# ... noobs ...



## clanger (Jan 27, 2009)

A friend of mine called and asked a favor. His son had purchased a firearm and he asked me to show him how to use it safely. 
I gladly volunteered and a date was set. 

The young man came over last night and was a little nervous but was eager to learn. 
Before we even opened his pistol box I handed him some notes I typed up on the Rules, the basics, and SAFETY FIRST. 
I made him a nice portfolio with lots of good info in it and a folder for his receipts, notes, class room homework etc., as I did recommend he take a class. I do to everyone. 

We hung out for an hour at my place reading my notes, his owners manual, chatting and then- getting familiar with the S&W .40. 

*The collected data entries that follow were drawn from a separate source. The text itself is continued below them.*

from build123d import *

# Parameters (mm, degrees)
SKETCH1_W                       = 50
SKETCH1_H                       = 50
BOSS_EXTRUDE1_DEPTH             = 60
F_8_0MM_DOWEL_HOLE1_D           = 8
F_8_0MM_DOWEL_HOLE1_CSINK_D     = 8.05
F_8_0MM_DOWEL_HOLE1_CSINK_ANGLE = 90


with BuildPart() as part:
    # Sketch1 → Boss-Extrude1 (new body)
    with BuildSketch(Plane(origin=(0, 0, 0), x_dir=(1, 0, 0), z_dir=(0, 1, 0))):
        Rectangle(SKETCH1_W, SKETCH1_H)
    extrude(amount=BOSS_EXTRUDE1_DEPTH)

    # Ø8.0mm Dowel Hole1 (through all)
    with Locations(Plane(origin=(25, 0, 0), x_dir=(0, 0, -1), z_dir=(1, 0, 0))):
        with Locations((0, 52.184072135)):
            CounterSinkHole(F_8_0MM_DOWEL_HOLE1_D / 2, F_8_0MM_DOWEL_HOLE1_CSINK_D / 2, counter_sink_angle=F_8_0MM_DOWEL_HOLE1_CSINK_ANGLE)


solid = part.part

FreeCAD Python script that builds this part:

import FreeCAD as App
import Part
import Sketcher

V = App.Vector
Q = App.Units.Quantity


def add_polygon(sketch, points):
    """Adds a closed chain of lines whose ends are joined by coincident constraints."""
    first, n = sketch.GeometryCount, len(points)
    for a, b in zip(points, points[1:] + points[:1]):
        sketch.addGeometry(Part.LineSegment(App.Vector(*a, 0), App.Vector(*b, 0)), False)
    for i in range(n):
        sketch.addConstraint(Sketcher.Constraint("Coincident", first + i, 2, first + (i + 1) % n, 1))

doc = App.newDocument("Part")
body = doc.addObject("PartDesign::Body", "Body")

# Sketch on XZ plane
sketch1 = doc.addObject("Sketcher::SketchObject", "Sketch")
body.addObject(sketch1)
sketch1.AttachmentSupport = (doc.XZ_Plane, [""])
sketch1.MapMode = "FlatFace"
add_polygon(sketch1, [(-25, -25), (-25, 25), (25, 25), (25, -25)])  # lines 0-3
sketch1.addConstraint([
    Sketcher.Constraint("Vertical", 0),
    Sketcher.Constraint("Horizontal", 1),
    Sketcher.Constraint("Vertical", 2),
    Sketcher.Constraint("Horizontal", 3),
    Sketcher.Constraint("Symmetric", 0, 2, 2, 2, -1, 1),
    Sketcher.Constraint("Equal", 3, 0),
    Sketcher.Constraint("DistanceX", 1, 1, 1, 2, Q("50 mm")),
])
pad1 = doc.addObject("PartDesign::Pad", "Pad")
body.addObject(pad1)
pad1.Profile = sketch1
pad1.Length = 60
pad1.Reversed = True

# Sketch on YZ plane
sketch2 = doc.addObject("Sketcher::SketchObject", "Sketch001")
body.addObject(sketch2)
sketch2.AttachmentSupport = (doc.YZ_Plane, [""])
sketch2.MapMode = "FlatFace"
sketch2.AttachmentOffset = App.Placement(V(0, 0, 25), App.Rotation())
sketch2.addGeometry(Part.Circle(V(52.2, 0, 0), V(0, 0, 1), 4), False)
sketch2.addConstraint([
    Sketcher.Constraint("PointOnObject", 0, 3, -1),
    Sketcher.Constraint("Diameter", 0, Q("8 mm")),
    Sketcher.Constraint("DistanceX", -1, 1, 0, 3, Q("52.184072 mm")),
])
doc.recompute()
hole = doc.addObject("PartDesign::Hole", "Hole")
body.addObject(hole)
hole.Profile = sketch2
hole.ThreadType = "None"
hole.Diameter = 8
hole.DepthType = "ThroughAll"
hole.HoleCutType = "Countersink"
hole.HoleCutDiameter = 8.05
hole.HoleCutCountersinkAngle = 90

doc.recompute()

I preached the laser rule, finger off the trigger, verify target/backstop as we practiced grip, trigger control (in theory and 3-step),sight picture, mag insert and drop. 
After it looked like he was coming along we moved on to putting the pistol into battery- no live ammo of course as my sofa has enough holes in it from boots and swords and arrows and such already, thank you very much. 

It's weird how first timers and those new to firearms are in such a hurry. 
I had to keep slowing him down as he kept missing steps or getting sloppy with the muzzle. 
I told him haste makes dead things. Including the operator- and you can't undo Dead. 
Slooooow dowwwwwn. 

We did classroom stuff and practiced a lot of things and more until he was ready to try some live fire. So we loaded up our gear and went to my local tactical dungeon. 
I turned a cardboard silhouette sideways and taped (3) 9" plates on it at 9 o' clock, 3 o' clock and 6 o' clock. I always do it like this and had him start on the 6 o'clock one so as not to jerk high and shoot down the wire- as that's 50$ on my card if that happens. 
And that never happens on my card or someone buys dinner. 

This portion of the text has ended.